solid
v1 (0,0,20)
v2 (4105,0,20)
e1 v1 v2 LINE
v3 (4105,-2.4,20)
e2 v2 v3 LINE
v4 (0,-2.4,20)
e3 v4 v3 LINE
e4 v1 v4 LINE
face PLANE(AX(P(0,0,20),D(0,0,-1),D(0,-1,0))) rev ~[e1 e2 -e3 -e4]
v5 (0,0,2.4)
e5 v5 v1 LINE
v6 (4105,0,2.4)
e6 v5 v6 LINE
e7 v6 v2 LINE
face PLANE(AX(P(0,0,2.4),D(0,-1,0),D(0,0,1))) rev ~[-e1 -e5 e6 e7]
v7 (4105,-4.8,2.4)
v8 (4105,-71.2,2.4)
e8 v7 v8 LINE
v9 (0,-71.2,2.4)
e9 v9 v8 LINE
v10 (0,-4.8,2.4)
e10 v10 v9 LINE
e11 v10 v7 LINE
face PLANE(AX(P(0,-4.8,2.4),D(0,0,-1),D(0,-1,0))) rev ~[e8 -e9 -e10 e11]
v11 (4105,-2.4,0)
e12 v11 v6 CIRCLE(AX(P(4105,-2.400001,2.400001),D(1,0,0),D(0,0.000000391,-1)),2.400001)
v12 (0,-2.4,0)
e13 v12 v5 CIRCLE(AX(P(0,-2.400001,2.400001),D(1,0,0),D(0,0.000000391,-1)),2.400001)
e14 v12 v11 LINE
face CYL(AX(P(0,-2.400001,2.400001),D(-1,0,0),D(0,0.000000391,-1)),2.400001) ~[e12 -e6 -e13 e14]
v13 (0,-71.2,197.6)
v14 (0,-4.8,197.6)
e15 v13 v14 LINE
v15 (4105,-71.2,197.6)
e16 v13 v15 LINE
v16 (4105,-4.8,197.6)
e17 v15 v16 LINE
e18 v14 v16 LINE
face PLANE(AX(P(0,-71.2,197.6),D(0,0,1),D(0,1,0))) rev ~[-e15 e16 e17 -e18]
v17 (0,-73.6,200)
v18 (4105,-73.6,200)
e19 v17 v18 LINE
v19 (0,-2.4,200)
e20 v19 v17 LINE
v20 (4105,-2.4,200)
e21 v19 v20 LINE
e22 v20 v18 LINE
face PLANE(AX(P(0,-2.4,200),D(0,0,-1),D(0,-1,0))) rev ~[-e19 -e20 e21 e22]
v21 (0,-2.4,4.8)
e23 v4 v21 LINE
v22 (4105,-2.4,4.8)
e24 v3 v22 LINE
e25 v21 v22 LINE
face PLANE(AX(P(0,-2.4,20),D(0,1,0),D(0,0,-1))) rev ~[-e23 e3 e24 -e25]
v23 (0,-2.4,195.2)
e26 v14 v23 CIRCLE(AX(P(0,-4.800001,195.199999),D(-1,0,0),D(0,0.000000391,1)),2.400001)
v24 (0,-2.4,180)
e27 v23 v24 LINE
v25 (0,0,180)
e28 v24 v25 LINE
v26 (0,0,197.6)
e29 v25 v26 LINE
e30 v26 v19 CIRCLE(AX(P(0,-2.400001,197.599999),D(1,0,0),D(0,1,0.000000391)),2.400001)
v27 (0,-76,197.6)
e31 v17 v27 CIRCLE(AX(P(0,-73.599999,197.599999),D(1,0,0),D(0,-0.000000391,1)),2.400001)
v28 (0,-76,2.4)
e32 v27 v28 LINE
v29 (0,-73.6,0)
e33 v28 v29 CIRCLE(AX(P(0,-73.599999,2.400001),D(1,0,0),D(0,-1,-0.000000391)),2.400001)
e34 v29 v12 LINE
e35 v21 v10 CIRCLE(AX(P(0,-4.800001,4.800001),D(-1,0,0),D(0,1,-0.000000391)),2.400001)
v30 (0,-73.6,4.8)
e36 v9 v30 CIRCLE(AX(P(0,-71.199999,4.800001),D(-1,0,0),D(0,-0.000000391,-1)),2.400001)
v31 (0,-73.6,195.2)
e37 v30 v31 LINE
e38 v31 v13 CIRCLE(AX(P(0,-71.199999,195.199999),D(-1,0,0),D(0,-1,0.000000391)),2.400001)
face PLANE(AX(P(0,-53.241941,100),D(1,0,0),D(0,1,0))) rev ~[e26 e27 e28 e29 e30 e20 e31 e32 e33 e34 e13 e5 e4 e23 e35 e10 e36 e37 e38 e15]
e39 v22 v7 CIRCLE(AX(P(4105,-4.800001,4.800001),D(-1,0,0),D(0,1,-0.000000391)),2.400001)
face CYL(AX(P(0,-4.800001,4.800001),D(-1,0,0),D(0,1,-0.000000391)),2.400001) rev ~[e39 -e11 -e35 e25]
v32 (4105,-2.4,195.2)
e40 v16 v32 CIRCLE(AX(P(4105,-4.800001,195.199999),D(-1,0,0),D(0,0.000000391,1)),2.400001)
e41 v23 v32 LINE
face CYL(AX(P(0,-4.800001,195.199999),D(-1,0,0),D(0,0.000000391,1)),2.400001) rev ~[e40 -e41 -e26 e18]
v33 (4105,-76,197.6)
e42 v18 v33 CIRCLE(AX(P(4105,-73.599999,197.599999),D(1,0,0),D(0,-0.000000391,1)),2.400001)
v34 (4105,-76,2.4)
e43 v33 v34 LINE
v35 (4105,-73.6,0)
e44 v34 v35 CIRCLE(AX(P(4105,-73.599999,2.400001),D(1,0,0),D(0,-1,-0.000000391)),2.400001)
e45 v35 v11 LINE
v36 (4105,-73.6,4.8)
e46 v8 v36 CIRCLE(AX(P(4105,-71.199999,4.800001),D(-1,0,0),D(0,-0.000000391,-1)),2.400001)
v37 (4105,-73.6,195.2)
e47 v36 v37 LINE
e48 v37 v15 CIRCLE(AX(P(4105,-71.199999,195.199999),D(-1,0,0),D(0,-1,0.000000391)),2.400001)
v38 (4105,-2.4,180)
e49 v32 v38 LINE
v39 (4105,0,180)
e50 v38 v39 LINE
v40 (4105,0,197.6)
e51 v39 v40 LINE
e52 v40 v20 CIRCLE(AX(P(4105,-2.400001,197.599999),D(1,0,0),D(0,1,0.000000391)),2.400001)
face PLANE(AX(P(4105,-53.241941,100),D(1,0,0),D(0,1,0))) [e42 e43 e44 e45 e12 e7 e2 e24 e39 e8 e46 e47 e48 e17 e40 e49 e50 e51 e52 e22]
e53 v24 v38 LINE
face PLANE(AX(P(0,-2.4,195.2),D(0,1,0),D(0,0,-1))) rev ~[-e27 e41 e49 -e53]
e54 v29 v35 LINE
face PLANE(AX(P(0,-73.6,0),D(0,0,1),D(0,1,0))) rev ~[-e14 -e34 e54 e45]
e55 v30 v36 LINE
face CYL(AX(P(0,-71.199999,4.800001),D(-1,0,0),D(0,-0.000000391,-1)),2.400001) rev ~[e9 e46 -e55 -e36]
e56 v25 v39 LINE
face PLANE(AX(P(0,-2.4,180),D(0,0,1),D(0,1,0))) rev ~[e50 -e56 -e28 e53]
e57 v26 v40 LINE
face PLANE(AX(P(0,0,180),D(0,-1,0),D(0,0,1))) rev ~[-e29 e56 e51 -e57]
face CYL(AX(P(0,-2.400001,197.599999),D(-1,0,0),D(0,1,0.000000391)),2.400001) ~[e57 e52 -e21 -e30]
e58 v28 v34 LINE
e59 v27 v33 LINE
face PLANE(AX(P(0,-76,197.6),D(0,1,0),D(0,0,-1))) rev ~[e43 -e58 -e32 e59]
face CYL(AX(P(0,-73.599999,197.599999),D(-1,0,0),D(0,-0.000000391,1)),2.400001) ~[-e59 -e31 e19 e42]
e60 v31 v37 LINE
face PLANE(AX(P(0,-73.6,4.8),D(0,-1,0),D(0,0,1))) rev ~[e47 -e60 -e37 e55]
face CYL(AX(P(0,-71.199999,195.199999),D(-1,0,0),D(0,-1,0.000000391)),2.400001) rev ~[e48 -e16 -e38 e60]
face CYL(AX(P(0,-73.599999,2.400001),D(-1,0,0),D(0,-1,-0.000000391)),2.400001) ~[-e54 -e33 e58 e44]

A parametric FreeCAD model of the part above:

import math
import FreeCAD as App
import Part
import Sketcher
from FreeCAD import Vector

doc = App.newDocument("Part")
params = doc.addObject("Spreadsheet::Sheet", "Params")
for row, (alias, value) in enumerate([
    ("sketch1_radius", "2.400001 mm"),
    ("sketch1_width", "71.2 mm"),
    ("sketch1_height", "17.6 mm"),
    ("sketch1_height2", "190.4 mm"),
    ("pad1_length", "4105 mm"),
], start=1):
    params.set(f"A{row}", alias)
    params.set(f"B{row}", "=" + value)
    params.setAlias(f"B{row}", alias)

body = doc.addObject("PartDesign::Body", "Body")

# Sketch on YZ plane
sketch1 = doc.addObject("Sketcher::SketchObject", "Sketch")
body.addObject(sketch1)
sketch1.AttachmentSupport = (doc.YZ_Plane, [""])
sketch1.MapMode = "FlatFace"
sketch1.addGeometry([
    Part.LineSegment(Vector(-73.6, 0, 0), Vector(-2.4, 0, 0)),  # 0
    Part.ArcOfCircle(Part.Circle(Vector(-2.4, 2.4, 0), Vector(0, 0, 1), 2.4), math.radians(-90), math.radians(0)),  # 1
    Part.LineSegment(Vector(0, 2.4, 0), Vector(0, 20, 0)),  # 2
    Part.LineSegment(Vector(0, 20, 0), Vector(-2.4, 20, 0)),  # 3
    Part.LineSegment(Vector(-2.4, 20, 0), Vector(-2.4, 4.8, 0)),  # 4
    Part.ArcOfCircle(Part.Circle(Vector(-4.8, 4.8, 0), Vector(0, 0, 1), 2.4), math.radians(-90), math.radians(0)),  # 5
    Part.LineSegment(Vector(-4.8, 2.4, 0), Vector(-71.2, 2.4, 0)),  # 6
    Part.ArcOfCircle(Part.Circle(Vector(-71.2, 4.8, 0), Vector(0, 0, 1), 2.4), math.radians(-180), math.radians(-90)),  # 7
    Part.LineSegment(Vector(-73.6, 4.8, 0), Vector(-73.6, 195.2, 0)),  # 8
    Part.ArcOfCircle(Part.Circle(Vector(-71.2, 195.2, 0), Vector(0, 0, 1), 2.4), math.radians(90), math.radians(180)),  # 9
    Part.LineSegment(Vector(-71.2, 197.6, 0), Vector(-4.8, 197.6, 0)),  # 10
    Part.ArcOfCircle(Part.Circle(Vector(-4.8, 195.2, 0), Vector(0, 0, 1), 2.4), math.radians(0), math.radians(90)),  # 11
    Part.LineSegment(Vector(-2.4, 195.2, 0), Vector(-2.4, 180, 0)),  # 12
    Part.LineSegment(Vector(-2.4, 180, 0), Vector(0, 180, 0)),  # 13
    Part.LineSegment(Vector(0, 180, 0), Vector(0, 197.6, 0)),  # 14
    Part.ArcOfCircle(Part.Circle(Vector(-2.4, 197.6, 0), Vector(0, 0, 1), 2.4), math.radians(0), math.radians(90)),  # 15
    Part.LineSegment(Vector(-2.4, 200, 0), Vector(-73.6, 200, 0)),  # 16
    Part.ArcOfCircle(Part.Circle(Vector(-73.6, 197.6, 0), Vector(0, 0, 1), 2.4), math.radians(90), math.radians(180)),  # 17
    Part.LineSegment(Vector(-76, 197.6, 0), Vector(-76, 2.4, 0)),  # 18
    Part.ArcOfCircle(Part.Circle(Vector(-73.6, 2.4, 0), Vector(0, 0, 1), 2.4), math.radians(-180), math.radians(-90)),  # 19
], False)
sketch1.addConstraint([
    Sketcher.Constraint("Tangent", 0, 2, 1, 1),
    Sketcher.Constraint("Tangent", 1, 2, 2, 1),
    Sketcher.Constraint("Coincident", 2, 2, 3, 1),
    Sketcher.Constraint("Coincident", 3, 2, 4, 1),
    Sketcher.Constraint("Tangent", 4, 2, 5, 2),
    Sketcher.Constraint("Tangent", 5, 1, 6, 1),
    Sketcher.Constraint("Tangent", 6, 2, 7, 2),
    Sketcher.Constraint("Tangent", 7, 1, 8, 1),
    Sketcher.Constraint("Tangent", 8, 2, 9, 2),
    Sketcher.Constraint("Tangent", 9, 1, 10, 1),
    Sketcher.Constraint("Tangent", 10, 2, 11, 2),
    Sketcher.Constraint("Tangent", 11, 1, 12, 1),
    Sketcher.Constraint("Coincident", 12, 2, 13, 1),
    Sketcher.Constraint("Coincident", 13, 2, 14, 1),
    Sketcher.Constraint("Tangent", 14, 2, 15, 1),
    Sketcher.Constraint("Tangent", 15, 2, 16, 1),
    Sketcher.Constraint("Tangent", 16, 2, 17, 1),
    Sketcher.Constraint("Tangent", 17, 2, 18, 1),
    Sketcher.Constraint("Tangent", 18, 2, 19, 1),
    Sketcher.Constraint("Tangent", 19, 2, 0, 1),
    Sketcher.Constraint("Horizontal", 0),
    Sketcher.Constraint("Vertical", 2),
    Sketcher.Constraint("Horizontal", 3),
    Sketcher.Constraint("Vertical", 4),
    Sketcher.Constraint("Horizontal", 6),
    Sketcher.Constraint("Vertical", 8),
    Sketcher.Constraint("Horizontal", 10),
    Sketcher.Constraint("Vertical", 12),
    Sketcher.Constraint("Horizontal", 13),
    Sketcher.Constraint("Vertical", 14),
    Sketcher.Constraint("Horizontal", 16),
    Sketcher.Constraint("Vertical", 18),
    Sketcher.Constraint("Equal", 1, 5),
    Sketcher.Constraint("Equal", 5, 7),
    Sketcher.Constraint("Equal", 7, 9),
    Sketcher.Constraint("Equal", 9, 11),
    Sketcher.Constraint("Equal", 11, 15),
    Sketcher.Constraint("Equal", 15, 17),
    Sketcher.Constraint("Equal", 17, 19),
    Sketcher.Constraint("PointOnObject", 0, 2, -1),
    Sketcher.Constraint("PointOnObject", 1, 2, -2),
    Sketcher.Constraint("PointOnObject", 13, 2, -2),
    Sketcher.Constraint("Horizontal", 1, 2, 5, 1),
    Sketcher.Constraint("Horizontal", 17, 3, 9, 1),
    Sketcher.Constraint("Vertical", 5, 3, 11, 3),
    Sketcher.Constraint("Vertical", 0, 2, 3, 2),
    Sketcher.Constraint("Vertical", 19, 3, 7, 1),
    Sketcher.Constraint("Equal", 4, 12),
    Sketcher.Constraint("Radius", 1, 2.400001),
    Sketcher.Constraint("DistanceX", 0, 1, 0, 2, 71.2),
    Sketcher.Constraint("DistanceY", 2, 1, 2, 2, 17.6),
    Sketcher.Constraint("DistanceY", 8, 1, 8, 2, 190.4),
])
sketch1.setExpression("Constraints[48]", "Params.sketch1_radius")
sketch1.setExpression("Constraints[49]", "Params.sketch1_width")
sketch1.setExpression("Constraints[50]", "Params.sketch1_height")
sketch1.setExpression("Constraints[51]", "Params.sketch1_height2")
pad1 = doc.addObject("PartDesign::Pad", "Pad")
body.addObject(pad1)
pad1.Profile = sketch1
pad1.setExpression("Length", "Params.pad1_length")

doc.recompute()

○ ○ ○ ○ ○

* _EXERCISE REQUIREMENTS_: Lines from the top of the entries above to the line that contains "e14 v12 v11 LINE" should be set down exactly, please, with both ends kept and nothing added.

* _COMPLETED EXERCISE_:
solid
v1 (0,0,20)
v2 (4105,0,20)
e1 v1 v2 LINE
v3 (4105,-2.4,20)
e2 v2 v3 LINE
v4 (0,-2.4,20)
e3 v4 v3 LINE
e4 v1 v4 LINE
face PLANE(AX(P(0,0,20),D(0,0,-1),D(0,-1,0))) rev ~[e1 e2 -e3 -e4]
v5 (0,0,2.4)
e5 v5 v1 LINE
v6 (4105,0,2.4)
e6 v5 v6 LINE
e7 v6 v2 LINE
face PLANE(AX(P(0,0,2.4),D(0,-1,0),D(0,0,1))) rev ~[-e1 -e5 e6 e7]
v7 (4105,-4.8,2.4)
v8 (4105,-71.2,2.4)
e8 v7 v8 LINE
v9 (0,-71.2,2.4)
e9 v9 v8 LINE
v10 (0,-4.8,2.4)
e10 v10 v9 LINE
e11 v10 v7 LINE
face PLANE(AX(P(0,-4.8,2.4),D(0,0,-1),D(0,-1,0))) rev ~[e8 -e9 -e10 e11]
v11 (4105,-2.4,0)
e12 v11 v6 CIRCLE(AX(P(4105,-2.400001,2.400001),D(1,0,0),D(0,0.000000391,-1)),2.400001)
v12 (0,-2.4,0)
e13 v12 v5 CIRCLE(AX(P(0,-2.400001,2.400001),D(1,0,0),D(0,0.000000391,-1)),2.400001)
e14 v12 v11 LINE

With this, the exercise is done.